*** PROVIDED DATA Section Begins ***

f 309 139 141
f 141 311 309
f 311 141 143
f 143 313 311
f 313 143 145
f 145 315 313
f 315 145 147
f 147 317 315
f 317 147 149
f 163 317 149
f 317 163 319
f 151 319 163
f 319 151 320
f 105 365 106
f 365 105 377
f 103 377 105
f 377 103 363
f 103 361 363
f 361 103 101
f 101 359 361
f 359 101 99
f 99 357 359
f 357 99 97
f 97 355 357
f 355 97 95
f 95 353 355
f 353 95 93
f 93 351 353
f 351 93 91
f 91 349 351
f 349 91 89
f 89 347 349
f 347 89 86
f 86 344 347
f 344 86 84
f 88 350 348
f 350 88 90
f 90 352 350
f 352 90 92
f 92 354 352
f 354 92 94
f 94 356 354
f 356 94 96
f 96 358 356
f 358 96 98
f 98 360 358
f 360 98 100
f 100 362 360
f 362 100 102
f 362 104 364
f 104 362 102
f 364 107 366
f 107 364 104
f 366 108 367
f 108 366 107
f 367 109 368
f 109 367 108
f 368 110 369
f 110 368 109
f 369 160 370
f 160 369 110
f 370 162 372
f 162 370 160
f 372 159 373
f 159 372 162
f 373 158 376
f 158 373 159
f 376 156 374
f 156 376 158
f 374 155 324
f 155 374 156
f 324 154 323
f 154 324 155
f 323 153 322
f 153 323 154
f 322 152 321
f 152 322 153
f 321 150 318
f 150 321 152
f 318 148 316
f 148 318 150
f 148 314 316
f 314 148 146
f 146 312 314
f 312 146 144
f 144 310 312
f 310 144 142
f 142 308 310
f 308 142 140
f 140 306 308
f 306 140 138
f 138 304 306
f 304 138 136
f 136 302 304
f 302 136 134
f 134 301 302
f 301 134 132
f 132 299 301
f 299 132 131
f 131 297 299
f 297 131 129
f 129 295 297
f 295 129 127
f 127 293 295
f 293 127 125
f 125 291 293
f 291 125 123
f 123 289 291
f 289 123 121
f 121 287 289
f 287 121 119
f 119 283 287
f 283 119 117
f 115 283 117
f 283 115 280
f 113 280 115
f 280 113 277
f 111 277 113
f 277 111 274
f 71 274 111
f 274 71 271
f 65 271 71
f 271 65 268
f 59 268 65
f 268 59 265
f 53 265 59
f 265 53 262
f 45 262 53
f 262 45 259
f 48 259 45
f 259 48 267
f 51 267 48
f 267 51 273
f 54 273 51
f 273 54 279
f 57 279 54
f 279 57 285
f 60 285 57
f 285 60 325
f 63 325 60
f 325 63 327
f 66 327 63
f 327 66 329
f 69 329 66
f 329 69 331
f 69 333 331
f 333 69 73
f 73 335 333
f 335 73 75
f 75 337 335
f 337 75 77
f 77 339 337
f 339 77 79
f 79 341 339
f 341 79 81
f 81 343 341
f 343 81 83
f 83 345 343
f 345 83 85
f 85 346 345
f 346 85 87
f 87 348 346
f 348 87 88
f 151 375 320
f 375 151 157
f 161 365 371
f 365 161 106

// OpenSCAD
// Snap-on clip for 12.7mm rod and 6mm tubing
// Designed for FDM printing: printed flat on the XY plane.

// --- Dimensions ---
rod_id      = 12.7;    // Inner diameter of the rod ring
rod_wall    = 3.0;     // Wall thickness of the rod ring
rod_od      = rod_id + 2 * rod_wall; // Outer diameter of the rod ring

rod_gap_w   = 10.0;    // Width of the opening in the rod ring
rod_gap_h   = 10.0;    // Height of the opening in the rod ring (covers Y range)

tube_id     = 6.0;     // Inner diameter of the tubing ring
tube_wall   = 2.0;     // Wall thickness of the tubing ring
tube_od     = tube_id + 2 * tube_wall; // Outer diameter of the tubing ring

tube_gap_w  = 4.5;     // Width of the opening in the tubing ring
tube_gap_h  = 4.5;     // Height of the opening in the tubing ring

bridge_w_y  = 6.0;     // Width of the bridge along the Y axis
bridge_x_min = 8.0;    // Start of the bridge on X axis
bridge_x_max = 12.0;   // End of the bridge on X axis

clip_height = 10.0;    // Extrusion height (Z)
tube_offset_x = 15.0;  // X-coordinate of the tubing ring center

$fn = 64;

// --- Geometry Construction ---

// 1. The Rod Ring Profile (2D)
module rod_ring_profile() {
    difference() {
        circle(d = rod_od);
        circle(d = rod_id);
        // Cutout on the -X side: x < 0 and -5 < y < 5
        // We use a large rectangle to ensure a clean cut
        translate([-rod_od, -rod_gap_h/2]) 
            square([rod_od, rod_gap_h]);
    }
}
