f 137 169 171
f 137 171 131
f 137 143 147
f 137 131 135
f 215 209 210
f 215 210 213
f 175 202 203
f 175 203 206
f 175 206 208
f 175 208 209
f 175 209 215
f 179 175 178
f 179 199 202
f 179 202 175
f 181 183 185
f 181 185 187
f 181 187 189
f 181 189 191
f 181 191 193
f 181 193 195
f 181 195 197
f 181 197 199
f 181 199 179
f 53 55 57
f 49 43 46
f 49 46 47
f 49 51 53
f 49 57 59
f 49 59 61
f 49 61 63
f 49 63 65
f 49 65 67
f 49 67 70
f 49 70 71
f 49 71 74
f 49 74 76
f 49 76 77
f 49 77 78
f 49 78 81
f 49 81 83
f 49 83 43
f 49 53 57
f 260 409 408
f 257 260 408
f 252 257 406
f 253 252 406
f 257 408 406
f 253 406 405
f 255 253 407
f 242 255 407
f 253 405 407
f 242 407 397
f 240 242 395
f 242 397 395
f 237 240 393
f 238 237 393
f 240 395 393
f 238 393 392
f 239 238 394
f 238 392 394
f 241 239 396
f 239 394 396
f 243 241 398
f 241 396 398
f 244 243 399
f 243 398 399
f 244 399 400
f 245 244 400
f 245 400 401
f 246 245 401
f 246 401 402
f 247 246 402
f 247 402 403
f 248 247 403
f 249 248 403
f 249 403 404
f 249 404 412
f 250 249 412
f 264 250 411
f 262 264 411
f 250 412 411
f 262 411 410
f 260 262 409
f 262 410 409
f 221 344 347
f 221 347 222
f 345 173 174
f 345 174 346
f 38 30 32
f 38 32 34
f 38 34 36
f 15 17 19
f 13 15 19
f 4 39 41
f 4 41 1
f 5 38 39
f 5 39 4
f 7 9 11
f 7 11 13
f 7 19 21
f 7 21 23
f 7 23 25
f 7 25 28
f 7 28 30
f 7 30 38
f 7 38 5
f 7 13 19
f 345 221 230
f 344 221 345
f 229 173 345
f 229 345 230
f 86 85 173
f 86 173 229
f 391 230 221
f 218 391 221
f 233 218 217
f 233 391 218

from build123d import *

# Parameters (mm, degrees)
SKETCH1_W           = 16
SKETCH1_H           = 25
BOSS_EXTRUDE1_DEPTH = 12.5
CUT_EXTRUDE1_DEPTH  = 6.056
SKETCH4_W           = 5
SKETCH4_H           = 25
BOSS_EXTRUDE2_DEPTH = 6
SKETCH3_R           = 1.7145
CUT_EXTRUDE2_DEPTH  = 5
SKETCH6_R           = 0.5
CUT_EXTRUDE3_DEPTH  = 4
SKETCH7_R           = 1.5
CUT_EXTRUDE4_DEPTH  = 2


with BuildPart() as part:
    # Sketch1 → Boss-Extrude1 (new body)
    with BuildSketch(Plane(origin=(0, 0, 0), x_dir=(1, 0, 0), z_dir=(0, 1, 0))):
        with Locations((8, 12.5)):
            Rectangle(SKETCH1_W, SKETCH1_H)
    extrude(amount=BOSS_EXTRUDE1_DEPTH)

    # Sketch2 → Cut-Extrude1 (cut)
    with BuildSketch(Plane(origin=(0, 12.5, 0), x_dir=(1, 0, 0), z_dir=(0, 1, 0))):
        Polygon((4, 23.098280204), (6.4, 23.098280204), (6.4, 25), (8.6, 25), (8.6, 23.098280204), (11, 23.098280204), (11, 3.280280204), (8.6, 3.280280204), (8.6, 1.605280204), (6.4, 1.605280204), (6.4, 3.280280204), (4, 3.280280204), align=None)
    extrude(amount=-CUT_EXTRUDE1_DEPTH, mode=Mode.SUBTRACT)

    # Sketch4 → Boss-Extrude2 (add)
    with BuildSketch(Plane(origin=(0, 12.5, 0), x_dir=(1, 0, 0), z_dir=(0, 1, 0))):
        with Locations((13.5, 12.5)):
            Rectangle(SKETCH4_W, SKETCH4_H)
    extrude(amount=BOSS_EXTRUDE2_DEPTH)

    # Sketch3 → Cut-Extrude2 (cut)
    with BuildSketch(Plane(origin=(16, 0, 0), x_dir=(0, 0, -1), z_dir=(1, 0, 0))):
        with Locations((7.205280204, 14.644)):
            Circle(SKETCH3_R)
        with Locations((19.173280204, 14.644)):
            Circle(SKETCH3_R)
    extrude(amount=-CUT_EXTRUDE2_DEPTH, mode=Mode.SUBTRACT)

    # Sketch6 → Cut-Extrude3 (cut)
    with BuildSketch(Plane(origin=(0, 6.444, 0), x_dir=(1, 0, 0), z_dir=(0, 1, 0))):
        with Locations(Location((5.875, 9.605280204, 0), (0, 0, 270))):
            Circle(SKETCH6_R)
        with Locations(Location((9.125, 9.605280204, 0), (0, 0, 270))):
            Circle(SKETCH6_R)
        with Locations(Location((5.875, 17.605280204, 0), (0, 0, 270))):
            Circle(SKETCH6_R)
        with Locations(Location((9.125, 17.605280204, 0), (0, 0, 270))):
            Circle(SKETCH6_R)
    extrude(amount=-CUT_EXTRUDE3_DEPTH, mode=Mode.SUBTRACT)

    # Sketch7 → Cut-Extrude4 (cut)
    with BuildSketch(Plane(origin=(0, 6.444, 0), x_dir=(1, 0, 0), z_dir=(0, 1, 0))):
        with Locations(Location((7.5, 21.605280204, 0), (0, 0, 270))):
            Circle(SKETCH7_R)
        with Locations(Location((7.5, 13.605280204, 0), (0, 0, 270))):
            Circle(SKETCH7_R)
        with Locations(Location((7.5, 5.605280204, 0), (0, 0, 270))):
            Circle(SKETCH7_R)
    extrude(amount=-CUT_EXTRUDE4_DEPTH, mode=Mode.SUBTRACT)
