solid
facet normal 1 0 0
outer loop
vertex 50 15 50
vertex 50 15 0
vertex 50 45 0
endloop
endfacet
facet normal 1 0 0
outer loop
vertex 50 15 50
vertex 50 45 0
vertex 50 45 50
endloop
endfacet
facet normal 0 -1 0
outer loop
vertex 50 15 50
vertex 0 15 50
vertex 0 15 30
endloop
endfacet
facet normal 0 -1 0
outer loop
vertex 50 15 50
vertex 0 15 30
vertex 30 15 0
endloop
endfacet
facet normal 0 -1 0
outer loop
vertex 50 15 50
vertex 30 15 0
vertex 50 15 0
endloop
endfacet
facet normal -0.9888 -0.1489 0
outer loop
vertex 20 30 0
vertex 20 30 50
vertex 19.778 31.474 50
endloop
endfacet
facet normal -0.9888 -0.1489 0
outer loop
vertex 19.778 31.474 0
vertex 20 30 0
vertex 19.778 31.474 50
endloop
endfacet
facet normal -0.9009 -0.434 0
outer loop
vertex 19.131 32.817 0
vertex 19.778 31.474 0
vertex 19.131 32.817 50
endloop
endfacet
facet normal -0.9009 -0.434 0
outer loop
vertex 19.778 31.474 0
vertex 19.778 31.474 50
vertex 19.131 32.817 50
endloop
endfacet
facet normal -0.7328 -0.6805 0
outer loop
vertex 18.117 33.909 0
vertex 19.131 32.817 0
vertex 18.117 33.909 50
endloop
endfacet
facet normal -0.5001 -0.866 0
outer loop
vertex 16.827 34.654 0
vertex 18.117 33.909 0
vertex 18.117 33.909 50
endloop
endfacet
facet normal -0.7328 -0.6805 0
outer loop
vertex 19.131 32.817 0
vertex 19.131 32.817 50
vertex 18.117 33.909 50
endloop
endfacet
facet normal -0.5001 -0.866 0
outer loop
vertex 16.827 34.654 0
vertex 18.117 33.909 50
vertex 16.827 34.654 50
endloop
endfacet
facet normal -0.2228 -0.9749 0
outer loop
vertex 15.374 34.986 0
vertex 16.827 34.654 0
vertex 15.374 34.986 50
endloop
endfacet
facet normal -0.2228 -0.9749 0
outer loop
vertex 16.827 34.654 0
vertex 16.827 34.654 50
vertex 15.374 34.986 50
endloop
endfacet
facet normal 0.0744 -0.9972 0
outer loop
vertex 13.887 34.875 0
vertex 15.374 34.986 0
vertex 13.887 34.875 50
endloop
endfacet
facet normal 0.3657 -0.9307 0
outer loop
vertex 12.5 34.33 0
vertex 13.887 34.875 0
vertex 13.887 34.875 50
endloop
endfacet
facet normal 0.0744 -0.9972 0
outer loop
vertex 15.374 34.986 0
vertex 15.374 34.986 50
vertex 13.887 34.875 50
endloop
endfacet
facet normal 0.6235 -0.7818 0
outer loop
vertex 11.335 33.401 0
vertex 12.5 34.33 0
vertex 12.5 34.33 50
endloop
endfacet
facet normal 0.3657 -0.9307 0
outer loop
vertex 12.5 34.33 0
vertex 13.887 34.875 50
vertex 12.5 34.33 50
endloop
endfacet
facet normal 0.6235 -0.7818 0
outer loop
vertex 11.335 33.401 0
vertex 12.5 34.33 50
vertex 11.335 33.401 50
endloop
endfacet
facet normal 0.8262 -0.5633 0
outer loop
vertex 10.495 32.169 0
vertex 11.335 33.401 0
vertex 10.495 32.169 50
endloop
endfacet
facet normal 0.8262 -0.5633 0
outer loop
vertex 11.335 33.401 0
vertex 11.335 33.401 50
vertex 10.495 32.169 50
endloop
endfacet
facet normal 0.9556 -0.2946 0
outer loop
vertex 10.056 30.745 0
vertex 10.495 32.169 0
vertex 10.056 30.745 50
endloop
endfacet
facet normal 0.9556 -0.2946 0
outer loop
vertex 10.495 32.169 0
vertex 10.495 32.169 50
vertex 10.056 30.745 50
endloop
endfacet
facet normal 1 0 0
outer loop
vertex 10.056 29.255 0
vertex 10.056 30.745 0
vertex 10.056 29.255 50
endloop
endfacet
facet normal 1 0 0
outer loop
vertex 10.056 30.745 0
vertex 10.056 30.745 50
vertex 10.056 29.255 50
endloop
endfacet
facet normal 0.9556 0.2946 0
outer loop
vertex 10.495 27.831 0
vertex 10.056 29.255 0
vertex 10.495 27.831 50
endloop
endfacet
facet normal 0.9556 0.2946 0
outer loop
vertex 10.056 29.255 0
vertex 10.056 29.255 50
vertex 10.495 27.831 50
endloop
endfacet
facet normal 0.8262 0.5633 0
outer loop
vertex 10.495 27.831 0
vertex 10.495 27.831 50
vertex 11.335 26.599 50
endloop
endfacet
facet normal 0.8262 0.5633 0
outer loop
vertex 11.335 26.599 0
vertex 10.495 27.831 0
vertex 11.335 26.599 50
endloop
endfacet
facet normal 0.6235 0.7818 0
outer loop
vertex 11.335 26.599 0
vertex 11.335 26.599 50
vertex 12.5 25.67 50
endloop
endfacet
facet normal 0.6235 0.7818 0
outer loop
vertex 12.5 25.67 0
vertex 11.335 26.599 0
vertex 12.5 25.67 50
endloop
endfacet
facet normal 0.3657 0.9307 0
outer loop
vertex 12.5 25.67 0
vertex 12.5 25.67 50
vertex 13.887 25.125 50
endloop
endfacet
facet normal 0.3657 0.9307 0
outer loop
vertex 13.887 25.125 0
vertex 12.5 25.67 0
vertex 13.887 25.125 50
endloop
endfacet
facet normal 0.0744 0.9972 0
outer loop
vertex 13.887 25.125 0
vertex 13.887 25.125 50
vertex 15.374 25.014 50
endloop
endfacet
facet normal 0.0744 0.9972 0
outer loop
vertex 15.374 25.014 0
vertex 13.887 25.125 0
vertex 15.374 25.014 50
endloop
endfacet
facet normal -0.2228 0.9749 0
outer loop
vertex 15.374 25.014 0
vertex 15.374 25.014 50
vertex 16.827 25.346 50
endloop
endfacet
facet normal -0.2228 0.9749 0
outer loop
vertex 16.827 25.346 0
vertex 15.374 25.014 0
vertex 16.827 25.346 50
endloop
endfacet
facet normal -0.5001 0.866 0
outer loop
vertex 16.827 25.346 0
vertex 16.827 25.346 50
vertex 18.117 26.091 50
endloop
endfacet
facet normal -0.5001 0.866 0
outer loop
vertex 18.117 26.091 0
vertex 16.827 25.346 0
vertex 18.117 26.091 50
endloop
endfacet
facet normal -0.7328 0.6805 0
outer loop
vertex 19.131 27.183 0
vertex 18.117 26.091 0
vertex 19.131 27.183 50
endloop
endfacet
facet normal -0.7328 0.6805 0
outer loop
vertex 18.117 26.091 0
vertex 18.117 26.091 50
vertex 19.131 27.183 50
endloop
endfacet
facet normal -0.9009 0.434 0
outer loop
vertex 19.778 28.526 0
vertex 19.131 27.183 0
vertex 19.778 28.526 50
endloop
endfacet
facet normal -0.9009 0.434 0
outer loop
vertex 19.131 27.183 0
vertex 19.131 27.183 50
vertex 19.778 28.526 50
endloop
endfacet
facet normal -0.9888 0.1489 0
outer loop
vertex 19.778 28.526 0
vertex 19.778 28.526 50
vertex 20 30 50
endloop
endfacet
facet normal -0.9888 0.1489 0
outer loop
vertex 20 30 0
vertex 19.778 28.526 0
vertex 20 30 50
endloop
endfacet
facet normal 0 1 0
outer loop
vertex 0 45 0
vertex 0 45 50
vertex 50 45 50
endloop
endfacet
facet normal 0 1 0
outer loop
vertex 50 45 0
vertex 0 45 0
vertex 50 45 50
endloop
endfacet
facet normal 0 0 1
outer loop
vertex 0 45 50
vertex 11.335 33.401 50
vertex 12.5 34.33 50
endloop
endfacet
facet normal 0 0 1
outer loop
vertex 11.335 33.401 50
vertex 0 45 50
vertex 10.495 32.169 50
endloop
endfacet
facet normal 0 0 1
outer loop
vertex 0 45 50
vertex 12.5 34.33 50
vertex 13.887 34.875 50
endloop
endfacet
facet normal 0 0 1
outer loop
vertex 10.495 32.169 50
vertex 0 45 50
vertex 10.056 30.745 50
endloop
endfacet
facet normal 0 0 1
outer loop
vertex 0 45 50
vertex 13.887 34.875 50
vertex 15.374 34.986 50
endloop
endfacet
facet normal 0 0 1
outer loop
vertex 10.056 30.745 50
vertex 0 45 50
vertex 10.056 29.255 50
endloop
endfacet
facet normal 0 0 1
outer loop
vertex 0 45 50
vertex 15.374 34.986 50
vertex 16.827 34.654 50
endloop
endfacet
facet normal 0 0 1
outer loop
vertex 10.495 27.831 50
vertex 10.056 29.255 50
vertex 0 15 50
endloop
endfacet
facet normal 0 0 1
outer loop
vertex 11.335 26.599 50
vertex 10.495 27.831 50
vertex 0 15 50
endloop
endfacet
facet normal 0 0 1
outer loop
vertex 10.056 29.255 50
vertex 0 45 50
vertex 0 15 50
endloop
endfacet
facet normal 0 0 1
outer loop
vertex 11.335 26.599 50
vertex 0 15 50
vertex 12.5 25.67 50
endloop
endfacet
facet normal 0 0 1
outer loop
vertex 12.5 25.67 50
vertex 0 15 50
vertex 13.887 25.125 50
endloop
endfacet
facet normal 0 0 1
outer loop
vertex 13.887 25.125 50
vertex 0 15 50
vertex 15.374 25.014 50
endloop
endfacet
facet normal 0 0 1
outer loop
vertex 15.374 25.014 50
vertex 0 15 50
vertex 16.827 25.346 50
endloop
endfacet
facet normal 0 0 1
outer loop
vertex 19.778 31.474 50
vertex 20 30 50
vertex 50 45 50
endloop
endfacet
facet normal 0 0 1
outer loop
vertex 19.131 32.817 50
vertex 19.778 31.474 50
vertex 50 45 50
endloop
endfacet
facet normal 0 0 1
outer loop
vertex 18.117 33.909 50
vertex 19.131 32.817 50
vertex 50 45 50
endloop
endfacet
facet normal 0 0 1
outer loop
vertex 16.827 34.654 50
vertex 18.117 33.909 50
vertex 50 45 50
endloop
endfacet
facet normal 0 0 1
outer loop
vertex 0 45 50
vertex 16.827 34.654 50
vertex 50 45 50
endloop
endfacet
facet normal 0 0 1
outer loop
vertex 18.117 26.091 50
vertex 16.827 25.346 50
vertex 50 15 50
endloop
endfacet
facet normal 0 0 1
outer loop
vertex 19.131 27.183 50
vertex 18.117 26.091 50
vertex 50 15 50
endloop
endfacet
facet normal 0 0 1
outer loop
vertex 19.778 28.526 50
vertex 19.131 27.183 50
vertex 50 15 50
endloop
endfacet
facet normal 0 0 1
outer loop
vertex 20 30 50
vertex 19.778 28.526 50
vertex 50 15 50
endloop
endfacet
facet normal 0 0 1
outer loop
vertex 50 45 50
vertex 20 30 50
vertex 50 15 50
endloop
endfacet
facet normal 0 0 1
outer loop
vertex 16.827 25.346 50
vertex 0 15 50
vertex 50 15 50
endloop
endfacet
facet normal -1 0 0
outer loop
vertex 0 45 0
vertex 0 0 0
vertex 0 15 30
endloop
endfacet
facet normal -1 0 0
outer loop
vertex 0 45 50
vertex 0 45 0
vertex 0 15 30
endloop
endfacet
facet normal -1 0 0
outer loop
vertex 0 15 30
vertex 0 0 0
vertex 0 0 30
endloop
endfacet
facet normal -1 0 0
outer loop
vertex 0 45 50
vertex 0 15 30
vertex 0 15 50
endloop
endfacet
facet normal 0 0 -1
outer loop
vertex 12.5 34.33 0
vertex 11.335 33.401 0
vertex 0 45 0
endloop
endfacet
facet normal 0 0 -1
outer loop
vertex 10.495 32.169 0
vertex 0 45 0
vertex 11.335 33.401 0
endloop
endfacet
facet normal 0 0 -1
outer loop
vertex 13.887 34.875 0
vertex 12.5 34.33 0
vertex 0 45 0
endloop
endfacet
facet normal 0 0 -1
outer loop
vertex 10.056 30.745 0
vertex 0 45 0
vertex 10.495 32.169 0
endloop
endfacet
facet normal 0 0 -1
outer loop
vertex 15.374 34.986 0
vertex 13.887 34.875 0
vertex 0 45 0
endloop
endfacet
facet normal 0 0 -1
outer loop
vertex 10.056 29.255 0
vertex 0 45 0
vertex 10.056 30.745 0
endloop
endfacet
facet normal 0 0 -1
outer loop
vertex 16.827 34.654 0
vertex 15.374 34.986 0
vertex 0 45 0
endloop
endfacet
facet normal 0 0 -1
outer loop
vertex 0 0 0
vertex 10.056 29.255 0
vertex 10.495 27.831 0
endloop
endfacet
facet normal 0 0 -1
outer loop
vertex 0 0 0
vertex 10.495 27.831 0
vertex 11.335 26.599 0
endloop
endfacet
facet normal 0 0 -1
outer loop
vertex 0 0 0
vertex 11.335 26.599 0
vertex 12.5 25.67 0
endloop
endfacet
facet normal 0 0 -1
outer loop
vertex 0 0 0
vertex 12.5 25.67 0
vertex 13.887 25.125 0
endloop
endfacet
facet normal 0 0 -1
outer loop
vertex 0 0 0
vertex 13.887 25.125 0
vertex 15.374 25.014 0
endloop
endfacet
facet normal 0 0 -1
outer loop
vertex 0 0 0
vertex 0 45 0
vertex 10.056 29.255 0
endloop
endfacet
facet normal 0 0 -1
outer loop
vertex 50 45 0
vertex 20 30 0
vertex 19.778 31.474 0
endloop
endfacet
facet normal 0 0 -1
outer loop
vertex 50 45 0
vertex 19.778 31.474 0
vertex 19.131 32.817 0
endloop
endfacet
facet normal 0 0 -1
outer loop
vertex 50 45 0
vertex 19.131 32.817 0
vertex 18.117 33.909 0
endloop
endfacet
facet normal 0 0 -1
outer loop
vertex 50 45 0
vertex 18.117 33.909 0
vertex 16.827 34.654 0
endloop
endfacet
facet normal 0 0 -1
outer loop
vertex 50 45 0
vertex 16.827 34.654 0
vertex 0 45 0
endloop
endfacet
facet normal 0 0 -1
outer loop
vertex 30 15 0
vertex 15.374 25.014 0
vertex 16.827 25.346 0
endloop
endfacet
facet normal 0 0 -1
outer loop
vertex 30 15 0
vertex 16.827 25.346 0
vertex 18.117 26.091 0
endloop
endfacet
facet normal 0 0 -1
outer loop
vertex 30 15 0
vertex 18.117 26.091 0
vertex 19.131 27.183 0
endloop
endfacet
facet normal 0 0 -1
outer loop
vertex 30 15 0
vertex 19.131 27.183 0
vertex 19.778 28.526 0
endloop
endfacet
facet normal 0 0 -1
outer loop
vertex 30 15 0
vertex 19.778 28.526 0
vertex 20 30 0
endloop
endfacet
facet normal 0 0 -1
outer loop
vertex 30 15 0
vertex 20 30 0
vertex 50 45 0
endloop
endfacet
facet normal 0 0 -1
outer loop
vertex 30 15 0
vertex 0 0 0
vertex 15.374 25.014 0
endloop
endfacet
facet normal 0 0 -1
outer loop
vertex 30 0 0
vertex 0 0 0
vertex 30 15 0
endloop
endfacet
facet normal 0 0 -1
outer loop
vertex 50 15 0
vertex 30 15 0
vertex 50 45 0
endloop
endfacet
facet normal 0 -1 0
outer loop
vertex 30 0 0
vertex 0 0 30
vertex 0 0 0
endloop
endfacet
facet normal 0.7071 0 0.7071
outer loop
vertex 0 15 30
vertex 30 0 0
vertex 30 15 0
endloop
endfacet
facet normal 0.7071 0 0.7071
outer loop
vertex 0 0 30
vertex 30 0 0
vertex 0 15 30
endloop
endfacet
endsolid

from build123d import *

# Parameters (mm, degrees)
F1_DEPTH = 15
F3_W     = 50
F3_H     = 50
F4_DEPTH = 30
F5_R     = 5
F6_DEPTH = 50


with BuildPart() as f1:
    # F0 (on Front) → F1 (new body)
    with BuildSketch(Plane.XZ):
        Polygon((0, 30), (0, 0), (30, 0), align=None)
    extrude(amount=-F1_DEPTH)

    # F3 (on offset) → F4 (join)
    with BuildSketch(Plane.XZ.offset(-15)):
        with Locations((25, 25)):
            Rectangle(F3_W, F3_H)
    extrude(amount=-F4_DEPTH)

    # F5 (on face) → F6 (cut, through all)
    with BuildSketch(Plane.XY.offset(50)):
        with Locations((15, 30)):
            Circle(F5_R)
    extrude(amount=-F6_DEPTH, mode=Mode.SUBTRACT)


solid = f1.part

*** PROVIDED DATA Section Ends ***

The entries above hold a line with "f 343 81 83" and a later line with "Height of the opening in the tubing ring". Write out exactly those lines and all lines between, nothing more.

SOLUTION TO THIS TASK
f 343 81 83
f 83 345 343
f 345 83 85
f 85 346 345
f 346 85 87
f 87 348 346
f 348 87 88
f 151 375 320
f 375 151 157
f 161 365 371
f 365 161 106

// OpenSCAD
// Snap-on clip for 12.7mm rod and 6mm tubing
// Designed for FDM printing: printed flat on the XY plane.

// --- Dimensions ---
rod_id      = 12.7;    // Inner diameter of the rod ring
rod_wall    = 3.0;     // Wall thickness of the rod ring
rod_od      = rod_id + 2 * rod_wall; // Outer diameter of the rod ring

rod_gap_w   = 10.0;    // Width of the opening in the rod ring
rod_gap_h   = 10.0;    // Height of the opening in the rod ring (covers Y range)

tube_id     = 6.0;     // Inner diameter of the tubing ring
tube_wall   = 2.0;     // Wall thickness of the tubing ring
tube_od     = tube_id + 2 * tube_wall; // Outer diameter of the tubing ring

tube_gap_w  = 4.5;     // Width of the opening in the tubing ring
tube_gap_h  = 4.5;     // Height of the opening in the tubing ring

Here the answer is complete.